> What the task asks:
Which lines below fall between the one containing "face PLANE(AX(P(20,-20,0),D(0,0,1),D(1,0,0))) rev" and the one containing "e82 v2 v60 LINE"? Repeat them exactly, counting both of those lines, and add nothing else.

Content starts

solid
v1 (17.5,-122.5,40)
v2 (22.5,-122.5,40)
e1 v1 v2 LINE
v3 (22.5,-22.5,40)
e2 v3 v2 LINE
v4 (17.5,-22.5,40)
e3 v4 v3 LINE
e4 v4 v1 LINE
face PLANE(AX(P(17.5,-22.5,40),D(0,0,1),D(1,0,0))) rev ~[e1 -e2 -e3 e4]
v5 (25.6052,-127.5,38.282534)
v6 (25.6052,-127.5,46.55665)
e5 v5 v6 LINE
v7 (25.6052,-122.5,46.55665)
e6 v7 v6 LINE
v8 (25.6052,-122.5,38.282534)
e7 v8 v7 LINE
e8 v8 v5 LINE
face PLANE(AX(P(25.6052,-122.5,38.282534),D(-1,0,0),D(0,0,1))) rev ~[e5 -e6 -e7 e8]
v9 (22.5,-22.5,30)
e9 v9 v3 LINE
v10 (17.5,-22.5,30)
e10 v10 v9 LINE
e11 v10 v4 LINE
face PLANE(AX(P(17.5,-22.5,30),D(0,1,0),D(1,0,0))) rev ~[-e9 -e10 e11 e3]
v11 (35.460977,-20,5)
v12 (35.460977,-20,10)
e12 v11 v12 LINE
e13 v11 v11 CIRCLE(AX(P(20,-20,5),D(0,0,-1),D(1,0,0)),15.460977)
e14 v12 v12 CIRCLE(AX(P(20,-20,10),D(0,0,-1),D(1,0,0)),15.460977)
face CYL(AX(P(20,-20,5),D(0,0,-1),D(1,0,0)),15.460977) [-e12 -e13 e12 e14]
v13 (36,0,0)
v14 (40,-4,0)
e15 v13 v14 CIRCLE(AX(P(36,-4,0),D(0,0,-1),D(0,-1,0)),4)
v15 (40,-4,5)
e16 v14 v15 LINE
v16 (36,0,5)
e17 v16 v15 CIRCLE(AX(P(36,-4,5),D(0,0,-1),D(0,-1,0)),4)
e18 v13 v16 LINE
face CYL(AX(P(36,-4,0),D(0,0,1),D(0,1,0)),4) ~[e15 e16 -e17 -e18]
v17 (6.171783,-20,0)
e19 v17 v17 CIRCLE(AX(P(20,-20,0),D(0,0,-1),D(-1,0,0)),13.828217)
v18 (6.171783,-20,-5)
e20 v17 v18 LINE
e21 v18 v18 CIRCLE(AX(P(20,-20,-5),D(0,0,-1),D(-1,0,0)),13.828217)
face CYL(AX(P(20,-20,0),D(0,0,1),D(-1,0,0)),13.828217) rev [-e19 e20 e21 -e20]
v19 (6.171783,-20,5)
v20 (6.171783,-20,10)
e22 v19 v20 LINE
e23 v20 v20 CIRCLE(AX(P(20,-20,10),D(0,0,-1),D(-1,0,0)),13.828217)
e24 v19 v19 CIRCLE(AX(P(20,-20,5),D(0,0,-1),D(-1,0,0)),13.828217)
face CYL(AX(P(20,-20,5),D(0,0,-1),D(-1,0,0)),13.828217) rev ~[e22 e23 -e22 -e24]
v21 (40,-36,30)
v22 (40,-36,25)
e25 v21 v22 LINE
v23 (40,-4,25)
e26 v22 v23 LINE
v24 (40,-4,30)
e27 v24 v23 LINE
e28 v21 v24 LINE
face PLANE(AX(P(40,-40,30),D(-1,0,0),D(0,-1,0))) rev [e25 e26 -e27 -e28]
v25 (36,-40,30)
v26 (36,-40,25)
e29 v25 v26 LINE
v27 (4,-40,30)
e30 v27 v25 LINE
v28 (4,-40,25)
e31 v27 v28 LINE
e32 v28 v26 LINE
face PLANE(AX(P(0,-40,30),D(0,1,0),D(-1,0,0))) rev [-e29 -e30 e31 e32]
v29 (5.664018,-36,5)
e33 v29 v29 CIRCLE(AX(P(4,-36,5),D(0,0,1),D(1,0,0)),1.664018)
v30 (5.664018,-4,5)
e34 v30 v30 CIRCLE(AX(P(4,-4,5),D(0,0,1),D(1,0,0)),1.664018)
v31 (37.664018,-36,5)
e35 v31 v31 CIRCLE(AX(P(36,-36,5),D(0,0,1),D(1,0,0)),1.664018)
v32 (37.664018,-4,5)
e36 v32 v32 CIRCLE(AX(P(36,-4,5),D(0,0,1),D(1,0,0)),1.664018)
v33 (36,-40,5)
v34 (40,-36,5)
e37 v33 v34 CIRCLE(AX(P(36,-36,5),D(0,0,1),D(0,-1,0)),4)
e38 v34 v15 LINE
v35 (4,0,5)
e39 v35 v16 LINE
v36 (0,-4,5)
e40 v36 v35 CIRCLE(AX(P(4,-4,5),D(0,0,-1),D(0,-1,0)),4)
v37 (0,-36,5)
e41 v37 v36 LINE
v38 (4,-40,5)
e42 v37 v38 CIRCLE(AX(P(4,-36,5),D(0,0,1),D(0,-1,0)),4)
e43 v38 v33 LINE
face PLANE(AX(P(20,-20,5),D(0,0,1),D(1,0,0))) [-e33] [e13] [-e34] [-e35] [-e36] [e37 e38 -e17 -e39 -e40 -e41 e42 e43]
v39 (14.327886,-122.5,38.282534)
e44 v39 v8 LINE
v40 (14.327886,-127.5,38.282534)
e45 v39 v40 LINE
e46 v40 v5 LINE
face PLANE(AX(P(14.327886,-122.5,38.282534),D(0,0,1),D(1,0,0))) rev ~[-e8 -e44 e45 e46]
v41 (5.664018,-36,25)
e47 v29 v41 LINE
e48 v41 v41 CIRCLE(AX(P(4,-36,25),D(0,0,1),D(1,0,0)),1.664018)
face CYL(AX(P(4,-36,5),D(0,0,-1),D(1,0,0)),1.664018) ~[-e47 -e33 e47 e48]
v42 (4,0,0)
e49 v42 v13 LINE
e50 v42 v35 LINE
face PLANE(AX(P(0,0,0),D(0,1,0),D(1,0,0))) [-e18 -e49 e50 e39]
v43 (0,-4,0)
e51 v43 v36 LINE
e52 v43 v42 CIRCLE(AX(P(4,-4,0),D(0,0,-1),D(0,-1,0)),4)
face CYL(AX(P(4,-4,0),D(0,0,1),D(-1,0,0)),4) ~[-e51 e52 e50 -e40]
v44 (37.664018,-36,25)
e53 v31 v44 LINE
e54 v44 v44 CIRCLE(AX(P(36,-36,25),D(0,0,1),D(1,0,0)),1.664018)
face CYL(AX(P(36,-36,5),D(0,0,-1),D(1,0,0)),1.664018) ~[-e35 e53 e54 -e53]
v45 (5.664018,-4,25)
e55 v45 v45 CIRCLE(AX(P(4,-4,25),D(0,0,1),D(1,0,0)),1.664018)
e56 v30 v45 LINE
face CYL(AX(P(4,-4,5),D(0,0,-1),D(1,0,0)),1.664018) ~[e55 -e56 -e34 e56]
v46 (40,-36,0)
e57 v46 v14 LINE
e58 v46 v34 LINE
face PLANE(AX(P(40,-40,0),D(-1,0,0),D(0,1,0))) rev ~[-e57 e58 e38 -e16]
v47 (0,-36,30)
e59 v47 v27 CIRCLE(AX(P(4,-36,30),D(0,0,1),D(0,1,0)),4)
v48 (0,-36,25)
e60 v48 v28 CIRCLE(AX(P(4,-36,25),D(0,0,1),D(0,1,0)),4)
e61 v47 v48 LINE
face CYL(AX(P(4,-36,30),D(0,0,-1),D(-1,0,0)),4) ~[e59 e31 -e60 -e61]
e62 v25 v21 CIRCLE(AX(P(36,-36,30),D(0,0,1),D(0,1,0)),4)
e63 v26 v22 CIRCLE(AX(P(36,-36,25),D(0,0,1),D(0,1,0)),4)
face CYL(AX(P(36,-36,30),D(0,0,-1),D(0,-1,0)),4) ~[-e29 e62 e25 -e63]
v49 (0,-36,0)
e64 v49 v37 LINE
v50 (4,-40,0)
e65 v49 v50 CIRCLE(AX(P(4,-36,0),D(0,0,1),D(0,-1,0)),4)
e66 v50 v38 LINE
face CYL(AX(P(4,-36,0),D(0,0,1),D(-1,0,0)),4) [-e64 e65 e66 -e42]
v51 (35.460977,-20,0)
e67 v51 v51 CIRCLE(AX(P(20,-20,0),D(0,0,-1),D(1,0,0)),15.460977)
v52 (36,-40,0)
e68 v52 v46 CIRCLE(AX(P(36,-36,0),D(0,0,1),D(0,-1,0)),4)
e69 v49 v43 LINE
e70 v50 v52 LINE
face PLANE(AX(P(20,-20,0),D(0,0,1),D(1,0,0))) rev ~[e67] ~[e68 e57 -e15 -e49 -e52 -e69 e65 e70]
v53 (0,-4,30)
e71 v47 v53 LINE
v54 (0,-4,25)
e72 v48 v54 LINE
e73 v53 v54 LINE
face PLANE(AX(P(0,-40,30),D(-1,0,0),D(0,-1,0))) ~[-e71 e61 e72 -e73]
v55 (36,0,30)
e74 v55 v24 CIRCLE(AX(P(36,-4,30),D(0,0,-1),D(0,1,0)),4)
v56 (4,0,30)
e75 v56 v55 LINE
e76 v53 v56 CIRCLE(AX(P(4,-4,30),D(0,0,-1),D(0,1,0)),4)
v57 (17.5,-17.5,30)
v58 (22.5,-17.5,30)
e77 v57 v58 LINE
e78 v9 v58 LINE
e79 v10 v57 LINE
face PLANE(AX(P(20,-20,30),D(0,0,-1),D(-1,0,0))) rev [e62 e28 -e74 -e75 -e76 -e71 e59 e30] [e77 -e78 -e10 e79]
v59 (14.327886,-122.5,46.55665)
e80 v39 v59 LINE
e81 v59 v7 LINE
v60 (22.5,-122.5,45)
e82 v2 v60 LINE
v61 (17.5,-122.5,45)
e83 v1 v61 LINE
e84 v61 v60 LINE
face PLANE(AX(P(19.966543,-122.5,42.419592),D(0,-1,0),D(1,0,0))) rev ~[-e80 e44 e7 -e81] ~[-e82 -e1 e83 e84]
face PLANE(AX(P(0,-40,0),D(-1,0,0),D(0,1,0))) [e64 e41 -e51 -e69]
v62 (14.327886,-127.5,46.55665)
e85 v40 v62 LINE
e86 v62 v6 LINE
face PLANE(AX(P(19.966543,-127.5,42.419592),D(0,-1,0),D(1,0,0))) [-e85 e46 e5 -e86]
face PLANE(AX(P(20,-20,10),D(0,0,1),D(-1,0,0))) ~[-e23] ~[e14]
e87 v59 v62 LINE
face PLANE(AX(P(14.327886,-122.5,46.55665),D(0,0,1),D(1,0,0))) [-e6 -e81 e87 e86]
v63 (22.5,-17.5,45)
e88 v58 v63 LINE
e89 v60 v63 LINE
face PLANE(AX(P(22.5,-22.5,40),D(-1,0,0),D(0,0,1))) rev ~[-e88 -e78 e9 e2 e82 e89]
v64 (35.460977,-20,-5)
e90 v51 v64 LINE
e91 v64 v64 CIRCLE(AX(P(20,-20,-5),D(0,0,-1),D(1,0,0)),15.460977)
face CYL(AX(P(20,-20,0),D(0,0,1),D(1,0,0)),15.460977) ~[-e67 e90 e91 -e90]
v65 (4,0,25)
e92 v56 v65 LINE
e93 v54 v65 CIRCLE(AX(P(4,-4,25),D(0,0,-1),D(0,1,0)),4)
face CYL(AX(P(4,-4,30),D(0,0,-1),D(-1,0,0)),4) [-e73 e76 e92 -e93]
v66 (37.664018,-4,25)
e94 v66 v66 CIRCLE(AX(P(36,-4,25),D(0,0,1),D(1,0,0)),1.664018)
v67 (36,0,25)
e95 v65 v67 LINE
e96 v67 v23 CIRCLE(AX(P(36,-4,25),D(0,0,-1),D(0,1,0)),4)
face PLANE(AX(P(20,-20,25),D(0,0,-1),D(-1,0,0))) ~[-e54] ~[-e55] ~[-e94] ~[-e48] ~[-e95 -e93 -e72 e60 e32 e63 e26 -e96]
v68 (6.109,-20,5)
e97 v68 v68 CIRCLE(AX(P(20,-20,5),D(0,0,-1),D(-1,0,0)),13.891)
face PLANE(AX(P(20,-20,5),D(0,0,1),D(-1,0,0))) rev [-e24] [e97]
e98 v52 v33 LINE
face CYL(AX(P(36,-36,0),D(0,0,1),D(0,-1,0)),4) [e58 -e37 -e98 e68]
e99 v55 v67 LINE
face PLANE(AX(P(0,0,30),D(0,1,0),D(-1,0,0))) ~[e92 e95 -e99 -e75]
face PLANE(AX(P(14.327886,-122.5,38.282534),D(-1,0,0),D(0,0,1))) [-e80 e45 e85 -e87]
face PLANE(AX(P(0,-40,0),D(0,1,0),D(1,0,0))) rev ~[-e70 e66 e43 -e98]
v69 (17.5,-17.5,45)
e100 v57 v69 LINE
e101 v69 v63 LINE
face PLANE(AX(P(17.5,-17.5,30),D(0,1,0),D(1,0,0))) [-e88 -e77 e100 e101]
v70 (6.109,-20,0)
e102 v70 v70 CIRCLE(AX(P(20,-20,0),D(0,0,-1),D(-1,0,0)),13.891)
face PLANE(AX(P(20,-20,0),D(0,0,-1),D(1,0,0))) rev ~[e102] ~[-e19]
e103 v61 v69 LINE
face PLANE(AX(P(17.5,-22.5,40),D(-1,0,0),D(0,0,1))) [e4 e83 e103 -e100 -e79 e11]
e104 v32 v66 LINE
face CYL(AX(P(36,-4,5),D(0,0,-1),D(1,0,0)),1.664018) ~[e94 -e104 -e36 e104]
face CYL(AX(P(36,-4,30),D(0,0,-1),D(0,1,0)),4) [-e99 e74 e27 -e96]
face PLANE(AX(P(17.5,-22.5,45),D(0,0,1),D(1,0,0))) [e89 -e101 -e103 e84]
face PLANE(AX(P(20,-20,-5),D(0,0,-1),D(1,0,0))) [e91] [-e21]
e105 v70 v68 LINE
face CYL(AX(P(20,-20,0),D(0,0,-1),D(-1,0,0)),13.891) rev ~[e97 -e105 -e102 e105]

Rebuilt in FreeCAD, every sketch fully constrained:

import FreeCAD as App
import Part
import Sketcher

V = App.Vector


def edges_at(feature, points):
    """Names of the edges that pass closest to the given points."""
    edges = feature.Shape.Edges
    near = lambda p: min(range(len(edges)), key=lambda i: edges[i].distToShape(Part.Vertex(*p))[0])
    return sorted({f"Edge{near(p) + 1}" for p in points})

doc = App.newDocument("Part")
body = doc.addObject("PartDesign::Body", "Body")

sketch1 = doc.addObject("Sketcher::SketchObject", "Sketch")
body.addObject(sketch1)
sketch1.AttachmentSupport = (doc.XY_Plane, [""])
sketch1.MapMode = "FlatFace"
sketch1.addGeometry([
    Part.LineSegment(V(0, 0, 0), V(0, -40, 0)),
    Part.LineSegment(V(0, -40, 0), V(40, -40, 0)),
    Part.LineSegment(V(40, -40, 0), V(40, 0, 0)),
    Part.LineSegment(V(40, 0, 0), V(0, 0, 0)),
], False)
sketch1.addConstraint([
    Sketcher.Constraint("Coincident", 0, 2, 1, 1),
    Sketcher.Constraint("Coincident", 1, 2, 2, 1),
    Sketcher.Constraint("Coincident", 2, 2, 3, 1),
    Sketcher.Constraint("Coincident", 3, 2, 0, 1),
    Sketcher.Constraint("Vertical", 0),
    Sketcher.Constraint("Horizontal", 1),
    Sketcher.Constraint("Vertical", 2),
    Sketcher.Constraint("Horizontal", 3),
    Sketcher.Constraint("Coincident", 3, 2, -1, 1),
    Sketcher.Constraint("Equal", 3, 0),
    Sketcher.Constraint("DistanceX", 1, 1, 1, 2, 40.0),
])
pad1 = doc.addObject("PartDesign::Pad", "Pad")
body.addObject(pad1)
pad1.Profile = sketch1
pad1.Length = 5

sketch2 = doc.addObject("Sketcher::SketchObject", "Sketch001")
body.addObject(sketch2)
sketch2.AttachmentSupport = (doc.XY_Plane, [""])
sketch2.MapMode = "FlatFace"
sketch2.addGeometry(Part.Circle(V(20, -20, 0), V(0, 0, 1), 14), False)
sketch2.addConstraint([
    Sketcher.Constraint("Diameter", 0, 27.782),
    Sketcher.Constraint("DistanceX", -1, 1, 0, 3, 20.0),
    Sketcher.Constraint("DistanceY", 0, 3, -1, 1, 20.0),
])
pocket1 = doc.addObject("PartDesign::Pocket", "Pocket")
body.addObject(pocket1)
pocket1.Profile = sketch2
pocket1.Type = "ThroughAll"
pocket1.Reversed = True

sketch3 = doc.addObject("Sketcher::SketchObject", "Sketch002")
body.addObject(sketch3)
sketch3.AttachmentSupport = (doc.XY_Plane, [""])
sketch3.MapMode = "FlatFace"
sketch3.AttachmentOffset = App.Placement(V(0, 0, 5), App.Rotation())
sketch3.addGeometry([
    Part.Circle(V(4, -4, 0), V(0, 0, 1), 1.7),
    Part.Circle(V(36, -4, 0), V(0, 0, 1), 1.7),
    Part.Circle(V(36, -36, 0), V(0, 0, 1), 1.7),
    Part.Circle(V(4, -36, 0), V(0, 0, 1), 1.7),
], False)
sketch3.addConstraint([
    Sketcher.Constraint("Equal", 0, 1),
    Sketcher.Constraint("Equal", 1, 2),
    Sketcher.Constraint("Equal", 2, 3),
    Sketcher.Constraint("Horizontal", 0, 3, 1, 3),
    Sketcher.Constraint("Horizontal", 2, 3, 3, 3),
    Sketcher.Constraint("Vertical", 1, 3, 2, 3),
    Sketcher.Constraint("Vertical", 0, 3, 3, 3),
    Sketcher.Constraint("DistanceX", -1, 1, 0, 3, 4.0),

Content ends

> Solution to the exercise:
face PLANE(AX(P(20,-20,0),D(0,0,1),D(1,0,0))) rev ~[e67] ~[e68 e57 -e15 -e49 -e52 -e69 e65 e70]
v53 (0,-4,30)
e71 v47 v53 LINE
v54 (0,-4,25)
e72 v48 v54 LINE
e73 v53 v54 LINE
face PLANE(AX(P(0,-40,30),D(-1,0,0),D(0,-1,0))) ~[-e71 e61 e72 -e73]
v55 (36,0,30)
e74 v55 v24 CIRCLE(AX(P(36,-4,30),D(0,0,-1),D(0,1,0)),4)
v56 (4,0,30)
e75 v56 v55 LINE
e76 v53 v56 CIRCLE(AX(P(4,-4,30),D(0,0,-1),D(0,1,0)),4)
v57 (17.5,-17.5,30)
v58 (22.5,-17.5,30)
e77 v57 v58 LINE
e78 v9 v58 LINE
e79 v10 v57 LINE
face PLANE(AX(P(20,-20,30),D(0,0,-1),D(-1,0,0))) rev [e62 e28 -e74 -e75 -e76 -e71 e59 e30] [e77 -e78 -e10 e79]
v59 (14.327886,-122.5,46.55665)
e80 v39 v59 LINE
e81 v59 v7 LINE
v60 (22.5,-122.5,45)
e82 v2 v60 LINE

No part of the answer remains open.